- **PROBLEM DESCRIPTION**:
Find the line with "#112=EDGE_CURVE('',#106,#88,#111,.T.);" in the entries below, then reproduce it and every line after it down to and including the line with "#176=ORIENTED_EDGE('',*,*,#119,.T.);", exactly.

- - - - - - -

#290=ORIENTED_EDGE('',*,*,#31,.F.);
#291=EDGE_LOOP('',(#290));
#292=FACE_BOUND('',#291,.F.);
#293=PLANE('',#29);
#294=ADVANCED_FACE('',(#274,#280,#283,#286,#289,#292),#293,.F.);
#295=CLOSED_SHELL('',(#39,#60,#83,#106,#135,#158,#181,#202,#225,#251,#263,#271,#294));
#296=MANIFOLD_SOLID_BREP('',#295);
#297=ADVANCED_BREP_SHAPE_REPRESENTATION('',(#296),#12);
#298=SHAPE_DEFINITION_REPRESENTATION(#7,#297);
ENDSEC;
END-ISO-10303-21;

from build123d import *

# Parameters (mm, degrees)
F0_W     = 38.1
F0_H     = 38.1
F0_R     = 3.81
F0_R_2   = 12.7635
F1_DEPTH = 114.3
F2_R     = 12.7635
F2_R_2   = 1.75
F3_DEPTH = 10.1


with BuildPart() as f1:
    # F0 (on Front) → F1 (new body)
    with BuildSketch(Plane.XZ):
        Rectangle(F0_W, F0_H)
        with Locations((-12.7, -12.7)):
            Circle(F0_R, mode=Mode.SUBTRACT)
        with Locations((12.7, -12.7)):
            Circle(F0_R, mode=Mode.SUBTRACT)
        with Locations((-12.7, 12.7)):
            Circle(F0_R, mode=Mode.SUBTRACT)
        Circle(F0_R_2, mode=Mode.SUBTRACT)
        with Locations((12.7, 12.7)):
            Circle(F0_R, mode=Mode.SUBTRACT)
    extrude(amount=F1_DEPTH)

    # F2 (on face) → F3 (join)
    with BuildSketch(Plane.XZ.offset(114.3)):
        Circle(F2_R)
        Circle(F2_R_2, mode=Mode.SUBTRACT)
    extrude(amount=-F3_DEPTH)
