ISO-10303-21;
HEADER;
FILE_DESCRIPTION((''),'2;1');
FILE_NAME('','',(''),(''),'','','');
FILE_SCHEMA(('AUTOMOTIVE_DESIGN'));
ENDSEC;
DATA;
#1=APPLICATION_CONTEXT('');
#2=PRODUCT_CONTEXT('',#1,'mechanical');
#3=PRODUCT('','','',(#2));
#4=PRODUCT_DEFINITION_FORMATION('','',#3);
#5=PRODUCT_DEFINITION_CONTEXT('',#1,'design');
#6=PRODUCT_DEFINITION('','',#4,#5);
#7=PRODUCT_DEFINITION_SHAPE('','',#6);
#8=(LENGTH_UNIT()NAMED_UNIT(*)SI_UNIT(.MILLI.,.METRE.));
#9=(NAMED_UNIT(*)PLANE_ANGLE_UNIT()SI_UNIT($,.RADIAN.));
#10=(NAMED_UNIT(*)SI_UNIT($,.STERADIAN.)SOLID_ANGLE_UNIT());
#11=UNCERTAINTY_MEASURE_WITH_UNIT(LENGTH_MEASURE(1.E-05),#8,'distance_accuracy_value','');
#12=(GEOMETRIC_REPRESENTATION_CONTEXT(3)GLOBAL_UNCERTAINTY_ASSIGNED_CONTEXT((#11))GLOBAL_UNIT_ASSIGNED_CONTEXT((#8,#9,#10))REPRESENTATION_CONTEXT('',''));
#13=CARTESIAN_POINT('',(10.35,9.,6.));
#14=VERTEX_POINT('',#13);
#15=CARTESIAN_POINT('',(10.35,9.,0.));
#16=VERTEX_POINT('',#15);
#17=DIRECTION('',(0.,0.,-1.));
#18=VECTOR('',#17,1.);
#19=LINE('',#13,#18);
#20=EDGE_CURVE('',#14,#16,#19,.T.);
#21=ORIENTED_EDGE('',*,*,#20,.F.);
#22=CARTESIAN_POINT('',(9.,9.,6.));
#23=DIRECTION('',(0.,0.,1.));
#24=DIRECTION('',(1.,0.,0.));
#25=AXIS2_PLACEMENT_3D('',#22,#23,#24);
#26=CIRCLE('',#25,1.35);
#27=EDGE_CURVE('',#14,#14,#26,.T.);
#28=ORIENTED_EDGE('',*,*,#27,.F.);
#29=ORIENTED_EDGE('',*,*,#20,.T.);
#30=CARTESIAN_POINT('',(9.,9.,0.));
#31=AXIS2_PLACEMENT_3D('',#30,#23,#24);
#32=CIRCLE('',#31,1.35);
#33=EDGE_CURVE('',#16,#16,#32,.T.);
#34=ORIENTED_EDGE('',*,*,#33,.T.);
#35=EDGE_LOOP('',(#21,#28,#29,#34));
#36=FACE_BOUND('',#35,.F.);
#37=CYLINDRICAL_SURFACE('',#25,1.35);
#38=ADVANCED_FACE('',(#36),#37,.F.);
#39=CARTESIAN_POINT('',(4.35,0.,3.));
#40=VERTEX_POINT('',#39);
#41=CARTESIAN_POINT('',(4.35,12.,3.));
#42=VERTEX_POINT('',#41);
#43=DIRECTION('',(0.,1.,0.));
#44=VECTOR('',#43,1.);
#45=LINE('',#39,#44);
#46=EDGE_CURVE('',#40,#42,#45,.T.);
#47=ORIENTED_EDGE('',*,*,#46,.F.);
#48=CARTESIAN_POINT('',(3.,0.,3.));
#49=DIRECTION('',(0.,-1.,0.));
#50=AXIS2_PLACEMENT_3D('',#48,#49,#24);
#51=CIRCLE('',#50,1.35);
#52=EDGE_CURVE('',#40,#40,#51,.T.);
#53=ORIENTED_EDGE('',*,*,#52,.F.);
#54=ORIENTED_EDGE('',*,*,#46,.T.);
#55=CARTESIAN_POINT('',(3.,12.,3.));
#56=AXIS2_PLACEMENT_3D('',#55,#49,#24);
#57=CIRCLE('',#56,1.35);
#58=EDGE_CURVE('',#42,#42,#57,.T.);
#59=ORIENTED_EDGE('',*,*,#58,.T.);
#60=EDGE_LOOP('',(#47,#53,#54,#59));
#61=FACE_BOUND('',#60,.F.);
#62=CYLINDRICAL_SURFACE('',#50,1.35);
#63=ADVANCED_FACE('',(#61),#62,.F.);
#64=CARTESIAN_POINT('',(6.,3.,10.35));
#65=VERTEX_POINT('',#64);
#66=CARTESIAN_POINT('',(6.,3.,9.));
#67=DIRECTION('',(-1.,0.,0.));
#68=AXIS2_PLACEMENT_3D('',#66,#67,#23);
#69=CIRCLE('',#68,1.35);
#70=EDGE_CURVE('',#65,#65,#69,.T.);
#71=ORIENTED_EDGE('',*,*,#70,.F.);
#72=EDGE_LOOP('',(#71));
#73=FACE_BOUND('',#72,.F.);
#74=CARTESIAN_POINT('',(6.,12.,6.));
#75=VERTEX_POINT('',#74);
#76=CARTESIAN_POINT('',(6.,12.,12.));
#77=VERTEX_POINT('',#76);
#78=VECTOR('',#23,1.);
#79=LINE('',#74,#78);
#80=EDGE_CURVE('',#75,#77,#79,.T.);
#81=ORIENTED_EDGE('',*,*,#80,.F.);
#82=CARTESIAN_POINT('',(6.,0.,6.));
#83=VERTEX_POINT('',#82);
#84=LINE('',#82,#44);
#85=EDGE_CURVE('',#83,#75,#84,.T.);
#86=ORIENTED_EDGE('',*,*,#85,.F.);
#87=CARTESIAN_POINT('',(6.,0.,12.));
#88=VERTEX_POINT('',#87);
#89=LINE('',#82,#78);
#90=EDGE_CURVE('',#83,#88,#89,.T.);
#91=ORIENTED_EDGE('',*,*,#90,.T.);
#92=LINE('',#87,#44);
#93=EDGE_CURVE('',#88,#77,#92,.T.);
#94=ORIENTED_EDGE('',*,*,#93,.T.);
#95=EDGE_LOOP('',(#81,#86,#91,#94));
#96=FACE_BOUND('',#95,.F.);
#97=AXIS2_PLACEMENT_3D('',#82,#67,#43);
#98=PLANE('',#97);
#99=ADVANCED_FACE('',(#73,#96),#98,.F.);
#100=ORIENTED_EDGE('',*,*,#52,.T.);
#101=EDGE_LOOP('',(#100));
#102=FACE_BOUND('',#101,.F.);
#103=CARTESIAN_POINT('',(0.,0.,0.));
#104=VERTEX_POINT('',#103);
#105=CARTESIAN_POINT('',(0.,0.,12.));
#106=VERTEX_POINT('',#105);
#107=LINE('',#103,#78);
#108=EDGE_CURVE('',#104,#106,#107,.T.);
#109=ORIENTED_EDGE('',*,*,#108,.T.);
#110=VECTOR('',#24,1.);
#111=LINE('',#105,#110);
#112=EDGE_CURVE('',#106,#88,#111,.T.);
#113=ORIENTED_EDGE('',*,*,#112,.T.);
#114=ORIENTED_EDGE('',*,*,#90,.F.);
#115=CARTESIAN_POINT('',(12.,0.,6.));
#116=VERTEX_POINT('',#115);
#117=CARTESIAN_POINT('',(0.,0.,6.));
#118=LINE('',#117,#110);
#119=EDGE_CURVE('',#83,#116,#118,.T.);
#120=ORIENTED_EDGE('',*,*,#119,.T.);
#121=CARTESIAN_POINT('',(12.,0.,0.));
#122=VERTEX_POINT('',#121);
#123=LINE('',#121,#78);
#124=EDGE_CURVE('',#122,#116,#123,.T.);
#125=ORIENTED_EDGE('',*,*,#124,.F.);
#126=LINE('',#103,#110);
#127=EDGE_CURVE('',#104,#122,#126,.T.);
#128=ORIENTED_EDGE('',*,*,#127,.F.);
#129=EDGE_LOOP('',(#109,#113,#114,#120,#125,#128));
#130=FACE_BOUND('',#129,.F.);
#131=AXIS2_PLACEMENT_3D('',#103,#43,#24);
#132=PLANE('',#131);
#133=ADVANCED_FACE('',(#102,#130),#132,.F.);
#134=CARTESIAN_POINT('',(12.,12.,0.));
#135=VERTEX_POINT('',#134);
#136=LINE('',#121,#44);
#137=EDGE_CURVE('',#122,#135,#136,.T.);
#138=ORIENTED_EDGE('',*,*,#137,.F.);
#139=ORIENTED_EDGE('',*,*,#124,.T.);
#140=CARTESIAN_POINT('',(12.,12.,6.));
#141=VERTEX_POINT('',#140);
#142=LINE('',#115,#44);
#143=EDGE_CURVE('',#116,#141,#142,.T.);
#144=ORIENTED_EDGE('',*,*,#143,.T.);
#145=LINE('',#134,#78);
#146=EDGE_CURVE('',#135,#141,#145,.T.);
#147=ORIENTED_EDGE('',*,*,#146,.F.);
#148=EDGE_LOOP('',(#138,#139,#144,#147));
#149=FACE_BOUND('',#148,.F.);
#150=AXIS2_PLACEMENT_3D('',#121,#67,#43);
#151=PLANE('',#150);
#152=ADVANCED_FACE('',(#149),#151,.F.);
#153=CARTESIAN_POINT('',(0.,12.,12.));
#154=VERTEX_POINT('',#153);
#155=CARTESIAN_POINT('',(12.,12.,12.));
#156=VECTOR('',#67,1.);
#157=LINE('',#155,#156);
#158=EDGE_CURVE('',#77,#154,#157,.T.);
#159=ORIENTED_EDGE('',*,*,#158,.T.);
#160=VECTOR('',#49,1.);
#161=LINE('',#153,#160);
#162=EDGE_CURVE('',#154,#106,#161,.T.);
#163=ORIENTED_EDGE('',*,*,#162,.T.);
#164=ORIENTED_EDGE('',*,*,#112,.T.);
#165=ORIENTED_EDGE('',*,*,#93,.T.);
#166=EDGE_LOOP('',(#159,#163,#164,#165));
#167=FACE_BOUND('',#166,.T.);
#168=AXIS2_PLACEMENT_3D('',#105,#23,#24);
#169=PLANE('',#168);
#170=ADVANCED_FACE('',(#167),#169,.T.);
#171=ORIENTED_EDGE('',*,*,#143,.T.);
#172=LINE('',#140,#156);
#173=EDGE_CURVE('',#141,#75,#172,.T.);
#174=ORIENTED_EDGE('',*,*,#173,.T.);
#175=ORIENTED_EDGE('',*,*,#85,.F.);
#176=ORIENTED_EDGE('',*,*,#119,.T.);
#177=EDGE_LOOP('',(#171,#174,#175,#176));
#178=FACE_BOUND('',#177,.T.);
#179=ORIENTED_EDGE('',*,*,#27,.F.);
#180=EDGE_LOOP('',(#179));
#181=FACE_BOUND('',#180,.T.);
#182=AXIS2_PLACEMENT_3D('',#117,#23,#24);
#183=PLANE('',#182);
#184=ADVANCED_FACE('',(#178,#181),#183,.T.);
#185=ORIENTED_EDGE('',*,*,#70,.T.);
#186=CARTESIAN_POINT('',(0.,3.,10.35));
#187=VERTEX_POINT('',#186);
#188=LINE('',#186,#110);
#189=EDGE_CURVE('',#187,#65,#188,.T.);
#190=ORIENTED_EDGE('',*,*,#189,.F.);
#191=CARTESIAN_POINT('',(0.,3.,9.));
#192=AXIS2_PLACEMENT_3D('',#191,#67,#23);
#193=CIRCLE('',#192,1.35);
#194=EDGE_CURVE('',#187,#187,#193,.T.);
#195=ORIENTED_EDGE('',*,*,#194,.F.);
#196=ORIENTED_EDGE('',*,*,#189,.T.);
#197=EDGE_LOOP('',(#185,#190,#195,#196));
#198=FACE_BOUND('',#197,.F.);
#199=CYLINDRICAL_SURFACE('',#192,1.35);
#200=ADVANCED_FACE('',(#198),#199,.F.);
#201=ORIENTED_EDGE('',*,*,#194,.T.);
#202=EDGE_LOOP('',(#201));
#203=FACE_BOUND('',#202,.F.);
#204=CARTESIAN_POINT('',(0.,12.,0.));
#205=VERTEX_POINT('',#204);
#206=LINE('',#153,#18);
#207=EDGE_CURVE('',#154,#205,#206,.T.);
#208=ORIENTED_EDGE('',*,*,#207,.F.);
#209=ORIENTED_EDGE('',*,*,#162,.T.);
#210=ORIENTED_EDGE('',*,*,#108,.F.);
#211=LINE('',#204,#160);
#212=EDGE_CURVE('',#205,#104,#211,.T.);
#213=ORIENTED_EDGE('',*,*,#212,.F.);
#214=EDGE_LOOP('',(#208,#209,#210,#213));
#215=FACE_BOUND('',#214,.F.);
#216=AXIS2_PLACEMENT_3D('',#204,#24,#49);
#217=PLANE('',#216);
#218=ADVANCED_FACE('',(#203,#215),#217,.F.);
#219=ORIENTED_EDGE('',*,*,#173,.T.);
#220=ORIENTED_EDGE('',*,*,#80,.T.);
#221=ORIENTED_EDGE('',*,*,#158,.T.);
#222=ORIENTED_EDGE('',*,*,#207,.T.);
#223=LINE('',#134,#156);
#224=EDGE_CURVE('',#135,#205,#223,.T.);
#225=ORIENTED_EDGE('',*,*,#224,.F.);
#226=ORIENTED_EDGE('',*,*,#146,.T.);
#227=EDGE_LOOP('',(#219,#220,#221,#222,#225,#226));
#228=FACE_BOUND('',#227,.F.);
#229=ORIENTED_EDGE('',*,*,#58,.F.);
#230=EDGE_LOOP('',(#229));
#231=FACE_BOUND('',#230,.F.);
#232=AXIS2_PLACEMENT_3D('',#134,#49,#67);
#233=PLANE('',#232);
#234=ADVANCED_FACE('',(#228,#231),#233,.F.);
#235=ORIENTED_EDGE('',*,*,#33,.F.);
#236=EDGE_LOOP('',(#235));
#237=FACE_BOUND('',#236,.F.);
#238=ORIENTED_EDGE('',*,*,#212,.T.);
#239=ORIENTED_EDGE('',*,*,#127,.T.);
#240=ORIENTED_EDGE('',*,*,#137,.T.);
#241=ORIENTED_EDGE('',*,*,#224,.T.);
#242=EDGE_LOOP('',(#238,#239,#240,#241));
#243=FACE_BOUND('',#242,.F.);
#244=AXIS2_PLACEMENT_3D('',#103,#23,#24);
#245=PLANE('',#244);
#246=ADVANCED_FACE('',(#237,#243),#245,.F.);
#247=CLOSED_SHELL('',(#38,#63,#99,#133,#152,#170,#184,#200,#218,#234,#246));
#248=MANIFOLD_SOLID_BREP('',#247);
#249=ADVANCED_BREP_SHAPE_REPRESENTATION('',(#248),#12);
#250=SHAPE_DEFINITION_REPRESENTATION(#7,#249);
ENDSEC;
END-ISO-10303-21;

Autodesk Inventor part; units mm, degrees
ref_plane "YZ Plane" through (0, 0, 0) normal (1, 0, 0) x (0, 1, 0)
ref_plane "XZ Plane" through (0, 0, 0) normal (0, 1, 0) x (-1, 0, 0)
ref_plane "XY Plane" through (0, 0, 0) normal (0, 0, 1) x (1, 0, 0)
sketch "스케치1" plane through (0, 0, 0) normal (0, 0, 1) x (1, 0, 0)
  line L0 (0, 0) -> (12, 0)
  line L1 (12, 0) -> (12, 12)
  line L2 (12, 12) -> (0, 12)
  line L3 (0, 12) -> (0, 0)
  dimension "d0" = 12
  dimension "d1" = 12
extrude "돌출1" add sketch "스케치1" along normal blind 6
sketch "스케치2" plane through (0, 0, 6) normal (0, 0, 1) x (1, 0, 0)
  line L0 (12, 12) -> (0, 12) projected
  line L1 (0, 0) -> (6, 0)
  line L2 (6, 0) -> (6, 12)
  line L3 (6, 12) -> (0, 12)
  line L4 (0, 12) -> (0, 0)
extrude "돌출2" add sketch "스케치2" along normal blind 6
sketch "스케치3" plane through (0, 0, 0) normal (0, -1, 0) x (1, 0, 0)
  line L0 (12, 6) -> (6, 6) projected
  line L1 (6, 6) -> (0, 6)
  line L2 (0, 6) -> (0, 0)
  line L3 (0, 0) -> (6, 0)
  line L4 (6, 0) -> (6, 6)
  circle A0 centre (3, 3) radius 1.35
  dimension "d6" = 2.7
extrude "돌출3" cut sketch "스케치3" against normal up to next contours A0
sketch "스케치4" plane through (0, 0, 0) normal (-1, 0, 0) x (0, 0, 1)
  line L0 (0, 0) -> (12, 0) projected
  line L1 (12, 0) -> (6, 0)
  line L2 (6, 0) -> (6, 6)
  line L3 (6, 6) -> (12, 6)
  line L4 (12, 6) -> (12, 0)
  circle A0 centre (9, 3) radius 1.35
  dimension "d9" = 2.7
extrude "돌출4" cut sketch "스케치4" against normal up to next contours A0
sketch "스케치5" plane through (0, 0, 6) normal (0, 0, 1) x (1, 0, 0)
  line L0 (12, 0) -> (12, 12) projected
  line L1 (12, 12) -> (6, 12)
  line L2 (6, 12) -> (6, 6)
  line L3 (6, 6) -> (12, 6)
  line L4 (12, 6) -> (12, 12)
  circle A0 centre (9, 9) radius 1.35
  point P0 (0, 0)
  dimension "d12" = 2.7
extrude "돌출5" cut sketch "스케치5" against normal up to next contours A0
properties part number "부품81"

- - - - - - -

- **EXPECTED ANSWER**:
#112=EDGE_CURVE('',#106,#88,#111,.T.);
#113=ORIENTED_EDGE('',*,*,#112,.T.);
#114=ORIENTED_EDGE('',*,*,#90,.F.);
#115=CARTESIAN_POINT('',(12.,0.,6.));
#116=VERTEX_POINT('',#115);
#117=CARTESIAN_POINT('',(0.,0.,6.));
#118=LINE('',#117,#110);
#119=EDGE_CURVE('',#83,#116,#118,.T.);
#120=ORIENTED_EDGE('',*,*,#119,.T.);
#121=CARTESIAN_POINT('',(12.,0.,0.));
#122=VERTEX_POINT('',#121);
#123=LINE('',#121,#78);
#124=EDGE_CURVE('',#122,#116,#123,.T.);
#125=ORIENTED_EDGE('',*,*,#124,.F.);
#126=LINE('',#103,#110);
#127=EDGE_CURVE('',#104,#122,#126,.T.);
#128=ORIENTED_EDGE('',*,*,#127,.F.);
#129=EDGE_LOOP('',(#109,#113,#114,#120,#125,#128));
#130=FACE_BOUND('',#129,.F.);
#131=AXIS2_PLACEMENT_3D('',#103,#43,#24);
#132=PLANE('',#131);
#133=ADVANCED_FACE('',(#102,#130),#132,.F.);
#134=CARTESIAN_POINT('',(12.,12.,0.));
#135=VERTEX_POINT('',#134);
#136=LINE('',#121,#44);
#137=EDGE_CURVE('',#122,#135,#136,.T.);
#138=ORIENTED_EDGE('',*,*,#137,.F.);
#139=ORIENTED_EDGE('',*,*,#124,.T.);
#140=CARTESIAN_POINT('',(12.,12.,6.));
#141=VERTEX_POINT('',#140);
#142=LINE('',#115,#44);
#143=EDGE_CURVE('',#116,#141,#142,.T.);
#144=ORIENTED_EDGE('',*,*,#143,.T.);
#145=LINE('',#134,#78);
#146=EDGE_CURVE('',#135,#141,#145,.T.);
#147=ORIENTED_EDGE('',*,*,#146,.F.);
#148=EDGE_LOOP('',(#138,#139,#144,#147));
#149=FACE_BOUND('',#148,.F.);
#150=AXIS2_PLACEMENT_3D('',#121,#67,#43);
#151=PLANE('',#150);
#152=ADVANCED_FACE('',(#149),#151,.F.);
#153=CARTESIAN_POINT('',(0.,12.,12.));
#154=VERTEX_POINT('',#153);
#155=CARTESIAN_POINT('',(12.,12.,12.));
#156=VECTOR('',#67,1.);
#157=LINE('',#155,#156);
#158=EDGE_CURVE('',#77,#154,#157,.T.);
#159=ORIENTED_EDGE('',*,*,#158,.T.);
#160=VECTOR('',#49,1.);
#161=LINE('',#153,#160);
#162=EDGE_CURVE('',#154,#106,#161,.T.);
#163=ORIENTED_EDGE('',*,*,#162,.T.);
#164=ORIENTED_EDGE('',*,*,#112,.T.);
#165=ORIENTED_EDGE('',*,*,#93,.T.);
#166=EDGE_LOOP('',(#159,#163,#164,#165));
#167=FACE_BOUND('',#166,.T.);
#168=AXIS2_PLACEMENT_3D('',#105,#23,#24);
#169=PLANE('',#168);
#170=ADVANCED_FACE('',(#167),#169,.T.);
#171=ORIENTED_EDGE('',*,*,#143,.T.);
#172=LINE('',#140,#156);
#173=EDGE_CURVE('',#141,#75,#172,.T.);
#174=ORIENTED_EDGE('',*,*,#173,.T.);
#175=ORIENTED_EDGE('',*,*,#85,.F.);
#176=ORIENTED_EDGE('',*,*,#119,.T.);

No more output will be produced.